Models 1 through 4 show that when considered individually, each dimension of change in social relations (except positive marital quality) moderates the effect of functional limitations on changes in loneliness. However, when modeled simultaneously, only changes in negative marital quality and nonmarital support interact with functional limitations (Models 5 and 6).

To facilitate the interpretation of these effects, we used the parameter estimates in Model 6 to calculate the predicted change in the effect of functional limitations on Wave 2 loneliness for three groups of respondents: those with below average change, those with average change, and those with above average change in a social relation. The other covariates in the model were held constant at zero. The predicted interaction effects are presented in Figure 1.

Figure 1.

Figure 1.

The moderating effects of changes in (a) negative marital quality and (b) nonmarital support on the association between functional limitations and changes in loneliness.

Note. The predicted change in the effect of functional limitations on Wave 2 loneliness was calculated for a 1 standard deviation change below (−1 SD Δ) and above (+1 SD Δ) the average level of change (MEAN Δ) in social relations based on the estimated coefficients of Table 3, Model 6.The values for all other variables in the model were held constant at zero. NMQ = negative marital quality; SUP = nonmarital support.

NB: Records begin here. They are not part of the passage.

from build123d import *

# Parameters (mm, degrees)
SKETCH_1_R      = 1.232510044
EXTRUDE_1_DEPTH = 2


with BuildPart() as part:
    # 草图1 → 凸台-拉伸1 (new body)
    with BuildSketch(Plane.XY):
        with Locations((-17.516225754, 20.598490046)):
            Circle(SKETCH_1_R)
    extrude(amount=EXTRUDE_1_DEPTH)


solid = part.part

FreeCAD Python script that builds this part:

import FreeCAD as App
import Part
import Sketcher

V = App.Vector

doc = App.newDocument("Part")
body = doc.addObject("PartDesign::Body", "Body")

# Sketch on XY plane
sketch1 = body.newObject("Sketcher::SketchObject", "Sketch")
sketch1.AttachmentSupport = (doc.getObject("XY_Plane"), [""])
sketch1.MapMode = "FlatFace"
sketch1.addGeometry(Part.Circle(V(-17.5, 20.6, 0), V(0, 0, 1), 1.2), False)
sketch1.addConstraint([
    Sketcher.Constraint("Diameter", 0, 2.46502),
    Sketcher.Constraint("DistanceY", -1, 1, 0, 3, 20.59849),
    Sketcher.Constraint("DistanceX", 0, 3, -1, 1, 17.516226),
])
pad1 = body.newObject("PartDesign::Pad", "Pad")
pad1.Profile = sketch1
pad1.Length = 2

doc.recompute()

Rather than exacerbating the effect of functional limitations, increased negative marital quality had an ameliorative effect, as disabled older adults with above average increases did not experience a significant additional increase in loneliness, all else being equal (see Figure 1a). It is older adults with average or above average declines in the negative aspects of their marriages —principally reductions in demanding, and to a lesser extent criticizing, behaviors (supplemental analyses not shown)—for whom the effect of functional limitations on changes in loneliness was more pronounced. Conversely, rather than ameliorating changes in loneliness, average to above average increases in nonmarital support were associated with increased loneliness for those with functional limitations. Disabled older adults who experienced a one standard deviation decrease in nonmarital support—an ostensibly problematic change—did not experience any significant additional increase in loneliness, all else being equal (see Figure 1b).

That increased negative marital quality ameliorates and increased nonmarital support exacerbates loneliness among the disabled is counter to the stress buffering hypothesis predictions. Nonetheless, we call attention to the fact that the main effects for these measures show that for married older adults without functional impairments, increases in negative marital quality predict increased loneliness and more nonmarital support predicts reduced loneliness. As we elaborate in the discussion, the importance of changes in social relations for loneliness is complex and depends on the presence or absence of another stressor—that is, disablement.

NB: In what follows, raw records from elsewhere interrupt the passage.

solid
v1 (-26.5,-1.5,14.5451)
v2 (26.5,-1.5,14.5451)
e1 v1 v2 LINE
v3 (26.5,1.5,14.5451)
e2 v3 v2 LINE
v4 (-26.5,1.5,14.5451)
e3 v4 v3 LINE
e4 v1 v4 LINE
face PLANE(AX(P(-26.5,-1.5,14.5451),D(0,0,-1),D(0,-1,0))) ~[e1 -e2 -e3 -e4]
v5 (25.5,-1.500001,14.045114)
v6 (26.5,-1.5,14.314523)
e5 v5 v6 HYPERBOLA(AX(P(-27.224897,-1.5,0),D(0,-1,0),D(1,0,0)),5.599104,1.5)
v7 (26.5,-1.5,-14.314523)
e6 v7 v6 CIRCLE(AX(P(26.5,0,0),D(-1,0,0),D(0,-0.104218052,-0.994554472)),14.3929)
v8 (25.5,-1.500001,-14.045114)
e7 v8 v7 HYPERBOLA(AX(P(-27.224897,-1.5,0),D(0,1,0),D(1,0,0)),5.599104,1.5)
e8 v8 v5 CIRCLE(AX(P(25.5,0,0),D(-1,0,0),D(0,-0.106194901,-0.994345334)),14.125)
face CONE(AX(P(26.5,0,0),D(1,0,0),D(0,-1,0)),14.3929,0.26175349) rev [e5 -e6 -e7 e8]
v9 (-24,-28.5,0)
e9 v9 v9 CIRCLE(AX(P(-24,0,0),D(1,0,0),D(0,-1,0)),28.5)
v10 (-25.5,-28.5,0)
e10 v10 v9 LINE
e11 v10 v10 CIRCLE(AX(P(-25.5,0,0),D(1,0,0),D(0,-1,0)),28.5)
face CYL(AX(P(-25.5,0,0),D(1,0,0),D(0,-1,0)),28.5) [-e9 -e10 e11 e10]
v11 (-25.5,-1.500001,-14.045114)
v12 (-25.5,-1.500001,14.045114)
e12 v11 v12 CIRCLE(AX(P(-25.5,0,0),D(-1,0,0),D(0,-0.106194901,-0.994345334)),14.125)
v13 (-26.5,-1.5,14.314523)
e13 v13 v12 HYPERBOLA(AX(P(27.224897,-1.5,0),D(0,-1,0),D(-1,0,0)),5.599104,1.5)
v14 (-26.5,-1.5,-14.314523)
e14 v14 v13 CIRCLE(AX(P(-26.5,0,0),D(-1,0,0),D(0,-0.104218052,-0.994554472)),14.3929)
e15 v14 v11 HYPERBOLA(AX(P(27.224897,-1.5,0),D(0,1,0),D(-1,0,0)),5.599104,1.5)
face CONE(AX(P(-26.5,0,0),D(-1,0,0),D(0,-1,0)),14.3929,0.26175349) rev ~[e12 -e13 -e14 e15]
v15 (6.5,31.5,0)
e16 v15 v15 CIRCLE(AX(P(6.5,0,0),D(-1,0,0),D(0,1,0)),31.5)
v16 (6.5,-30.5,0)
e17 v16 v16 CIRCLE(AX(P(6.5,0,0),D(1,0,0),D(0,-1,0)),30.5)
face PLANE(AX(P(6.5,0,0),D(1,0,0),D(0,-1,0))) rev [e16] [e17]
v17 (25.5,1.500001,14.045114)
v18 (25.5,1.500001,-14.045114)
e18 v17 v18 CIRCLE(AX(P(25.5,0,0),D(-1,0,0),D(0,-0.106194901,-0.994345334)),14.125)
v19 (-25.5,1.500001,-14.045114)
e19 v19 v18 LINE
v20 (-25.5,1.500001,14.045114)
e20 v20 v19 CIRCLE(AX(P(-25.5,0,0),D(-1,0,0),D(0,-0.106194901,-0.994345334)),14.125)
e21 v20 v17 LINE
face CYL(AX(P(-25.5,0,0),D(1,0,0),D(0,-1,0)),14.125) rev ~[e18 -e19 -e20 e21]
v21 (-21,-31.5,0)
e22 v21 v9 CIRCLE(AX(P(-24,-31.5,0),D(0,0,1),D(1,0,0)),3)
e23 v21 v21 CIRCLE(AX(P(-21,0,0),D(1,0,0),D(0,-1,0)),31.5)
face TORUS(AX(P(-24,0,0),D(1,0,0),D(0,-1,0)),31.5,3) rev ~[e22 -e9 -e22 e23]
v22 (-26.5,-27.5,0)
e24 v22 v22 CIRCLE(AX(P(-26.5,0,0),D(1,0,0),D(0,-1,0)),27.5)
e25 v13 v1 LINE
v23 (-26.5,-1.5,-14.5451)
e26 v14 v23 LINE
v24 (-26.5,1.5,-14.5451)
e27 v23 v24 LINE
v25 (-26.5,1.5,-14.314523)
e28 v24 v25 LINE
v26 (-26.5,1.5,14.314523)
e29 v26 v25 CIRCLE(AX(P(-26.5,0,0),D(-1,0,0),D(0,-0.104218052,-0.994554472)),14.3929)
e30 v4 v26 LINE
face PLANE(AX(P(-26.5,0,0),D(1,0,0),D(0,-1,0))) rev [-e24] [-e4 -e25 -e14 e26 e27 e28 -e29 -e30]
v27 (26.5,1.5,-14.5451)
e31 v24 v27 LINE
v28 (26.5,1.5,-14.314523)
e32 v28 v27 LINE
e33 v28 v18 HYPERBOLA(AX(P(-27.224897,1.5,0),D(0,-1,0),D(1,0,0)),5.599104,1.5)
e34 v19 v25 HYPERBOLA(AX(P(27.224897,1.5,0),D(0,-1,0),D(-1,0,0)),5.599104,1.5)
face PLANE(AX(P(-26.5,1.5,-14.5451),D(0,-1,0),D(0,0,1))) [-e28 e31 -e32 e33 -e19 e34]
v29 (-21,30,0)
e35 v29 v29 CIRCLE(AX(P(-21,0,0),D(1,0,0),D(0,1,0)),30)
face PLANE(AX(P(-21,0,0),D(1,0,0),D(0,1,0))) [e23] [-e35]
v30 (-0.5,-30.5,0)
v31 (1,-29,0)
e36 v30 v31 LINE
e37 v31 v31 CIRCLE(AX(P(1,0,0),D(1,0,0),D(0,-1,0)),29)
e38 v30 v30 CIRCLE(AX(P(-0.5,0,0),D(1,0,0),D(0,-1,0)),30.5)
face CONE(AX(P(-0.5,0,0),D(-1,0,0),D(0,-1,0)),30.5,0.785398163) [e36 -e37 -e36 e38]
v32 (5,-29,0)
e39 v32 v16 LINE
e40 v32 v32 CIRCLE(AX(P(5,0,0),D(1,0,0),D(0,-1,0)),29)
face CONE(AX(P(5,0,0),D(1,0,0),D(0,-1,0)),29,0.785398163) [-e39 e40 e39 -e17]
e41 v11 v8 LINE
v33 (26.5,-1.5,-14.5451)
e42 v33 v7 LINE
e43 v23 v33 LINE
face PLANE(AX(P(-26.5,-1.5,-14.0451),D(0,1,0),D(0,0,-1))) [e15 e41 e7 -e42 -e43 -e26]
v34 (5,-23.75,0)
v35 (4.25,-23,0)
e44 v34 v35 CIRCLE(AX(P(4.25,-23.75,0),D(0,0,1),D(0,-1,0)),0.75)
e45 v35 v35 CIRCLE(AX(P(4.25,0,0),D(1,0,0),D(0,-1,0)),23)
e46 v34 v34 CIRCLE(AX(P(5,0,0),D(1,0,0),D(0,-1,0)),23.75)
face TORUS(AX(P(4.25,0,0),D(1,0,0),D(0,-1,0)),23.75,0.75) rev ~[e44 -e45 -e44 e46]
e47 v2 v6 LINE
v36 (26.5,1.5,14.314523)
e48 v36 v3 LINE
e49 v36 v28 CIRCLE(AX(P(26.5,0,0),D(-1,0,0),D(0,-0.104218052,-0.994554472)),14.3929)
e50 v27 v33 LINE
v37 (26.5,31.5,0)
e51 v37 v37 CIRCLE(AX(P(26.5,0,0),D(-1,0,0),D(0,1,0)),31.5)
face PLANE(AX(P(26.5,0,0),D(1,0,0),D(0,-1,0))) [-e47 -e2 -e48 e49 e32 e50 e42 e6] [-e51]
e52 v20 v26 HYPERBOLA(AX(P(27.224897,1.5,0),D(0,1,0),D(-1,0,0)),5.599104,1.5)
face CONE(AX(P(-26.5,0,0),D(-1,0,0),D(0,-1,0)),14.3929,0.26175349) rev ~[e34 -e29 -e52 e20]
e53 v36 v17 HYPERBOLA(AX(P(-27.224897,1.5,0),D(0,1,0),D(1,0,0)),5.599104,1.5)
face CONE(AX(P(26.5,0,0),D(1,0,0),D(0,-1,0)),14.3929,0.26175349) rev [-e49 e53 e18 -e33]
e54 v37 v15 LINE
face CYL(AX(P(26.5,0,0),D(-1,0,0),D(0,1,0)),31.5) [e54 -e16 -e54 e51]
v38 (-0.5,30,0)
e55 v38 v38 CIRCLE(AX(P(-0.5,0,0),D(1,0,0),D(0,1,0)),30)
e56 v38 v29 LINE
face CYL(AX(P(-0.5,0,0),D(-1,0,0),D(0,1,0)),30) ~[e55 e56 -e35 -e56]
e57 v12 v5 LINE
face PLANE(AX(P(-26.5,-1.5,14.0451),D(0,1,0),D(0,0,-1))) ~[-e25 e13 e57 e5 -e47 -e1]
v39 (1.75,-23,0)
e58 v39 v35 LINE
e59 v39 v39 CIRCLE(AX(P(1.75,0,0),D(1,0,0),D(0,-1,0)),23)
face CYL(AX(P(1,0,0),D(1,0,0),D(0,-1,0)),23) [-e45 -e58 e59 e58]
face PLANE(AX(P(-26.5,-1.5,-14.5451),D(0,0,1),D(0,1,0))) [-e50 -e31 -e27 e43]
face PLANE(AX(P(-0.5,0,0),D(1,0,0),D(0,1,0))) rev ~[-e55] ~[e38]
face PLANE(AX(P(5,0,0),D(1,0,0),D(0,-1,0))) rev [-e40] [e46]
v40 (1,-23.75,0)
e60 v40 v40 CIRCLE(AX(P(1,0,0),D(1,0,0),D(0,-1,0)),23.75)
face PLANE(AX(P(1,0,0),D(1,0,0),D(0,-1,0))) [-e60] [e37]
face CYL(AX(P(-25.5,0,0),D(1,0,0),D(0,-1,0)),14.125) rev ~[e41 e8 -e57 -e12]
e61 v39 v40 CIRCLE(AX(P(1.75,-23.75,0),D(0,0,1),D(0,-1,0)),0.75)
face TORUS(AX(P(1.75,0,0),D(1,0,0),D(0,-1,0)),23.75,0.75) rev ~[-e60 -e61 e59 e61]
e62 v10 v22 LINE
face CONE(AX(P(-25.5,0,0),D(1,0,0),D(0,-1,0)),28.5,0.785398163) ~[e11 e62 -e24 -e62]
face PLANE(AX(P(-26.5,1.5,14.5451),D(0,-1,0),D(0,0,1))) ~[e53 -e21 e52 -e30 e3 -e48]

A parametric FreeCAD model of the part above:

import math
import FreeCAD as App
import Part
import Sketcher


def edges_at(feature, points):
    """Names of the edges that pass closest to the given points."""
    edges = feature.Shape.Edges
    near = lambda p: min(range(len(edges)), key=lambda i: edges[i].distToShape(Part.Vertex(*p))[0])
    return sorted({f"Edge{near(p) + 1}" for p in points})

doc = App.newDocument("Part")
body = doc.addObject("PartDesign::Body", "Body")

sketch1 = doc.addObject("Sketcher::SketchObject", "Sketch")
body.addObject(sketch1)
sketch1.AttachmentSupport = (doc.XY_Plane, [""])
sketch1.MapMode = "FlatFace"
sketch1.addGeometry([
    Part.LineSegment(App.Vector(-25.5, -14.1, 0), App.Vector(-26.5, -14.4, 0)),
    Part.LineSegment(App.Vector(-26.5, -14.4, 0), App.Vector(-26.5, -27.5, 0)),
    Part.LineSegment(App.Vector(-26.5, -27.5, 0), App.Vector(-25.5, -28.5, 0)),
    Part.LineSegment(App.Vector(-25.5, -28.5, 0), App.Vector(-24, -28.5, 0)),
    Part.ArcOfCircle(Part.Circle(App.Vector(-24, -31.5, 0), App.Vector(0, 0, 1), 3), math.radians(0), math.radians(90)),
    Part.LineSegment(App.Vector(-21, -31.5, 0), App.Vector(-21, -36.8, 0)),
    Part.LineSegment(App.Vector(-21, -36.8, 0), App.Vector(-0.5, -36.8, 0)),
    Part.LineSegment(App.Vector(-0.5, -36.8, 0), App.Vector(-0.5, -30.5, 0)),
    Part.LineSegment(App.Vector(-0.5, -30.5, 0), App.Vector(1, -29, 0)),
    Part.LineSegment(App.Vector(1, -29, 0), App.Vector(1, -23, 0)),
    Part.LineSegment(App.Vector(1, -23, 0), App.Vector(5, -23, 0)),
    Part.LineSegment(App.Vector(5, -23, 0), App.Vector(5, -29, 0)),
    Part.LineSegment(App.Vector(5, -29, 0), App.Vector(6.5, -30.5, 0)),
    Part.LineSegment(App.Vector(6.5, -30.5, 0), App.Vector(6.5, -45.1, 0)),
    Part.LineSegment(App.Vector(6.5, -45.1, 0), App.Vector(26.5, -45.1, 0)),
    Part.LineSegment(App.Vector(26.5, -45.1, 0), App.Vector(26.5, -14.4, 0)),
    Part.LineSegment(App.Vector(26.5, -14.4, 0), App.Vector(25.5, -14.1, 0)),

Gender Contingencies in the Stress Buffering Effects

We replicated the analysis in Table 3 by specifying interaction terms between our focal independent variables and gender. Given the complexity of these models, our modest sample size provided limited statistical power to detect significant threeway interactions (e.g., functional limitations × nonmarital support × female), and we were only able to estimate the effect of changing social relations individually (analogous to Models 1–4 in Table 3). Thus, these results should be interpreted with some caution. Overall, we detected only very limited evidence of gendered differences in changes in nonmarital support (see note 3).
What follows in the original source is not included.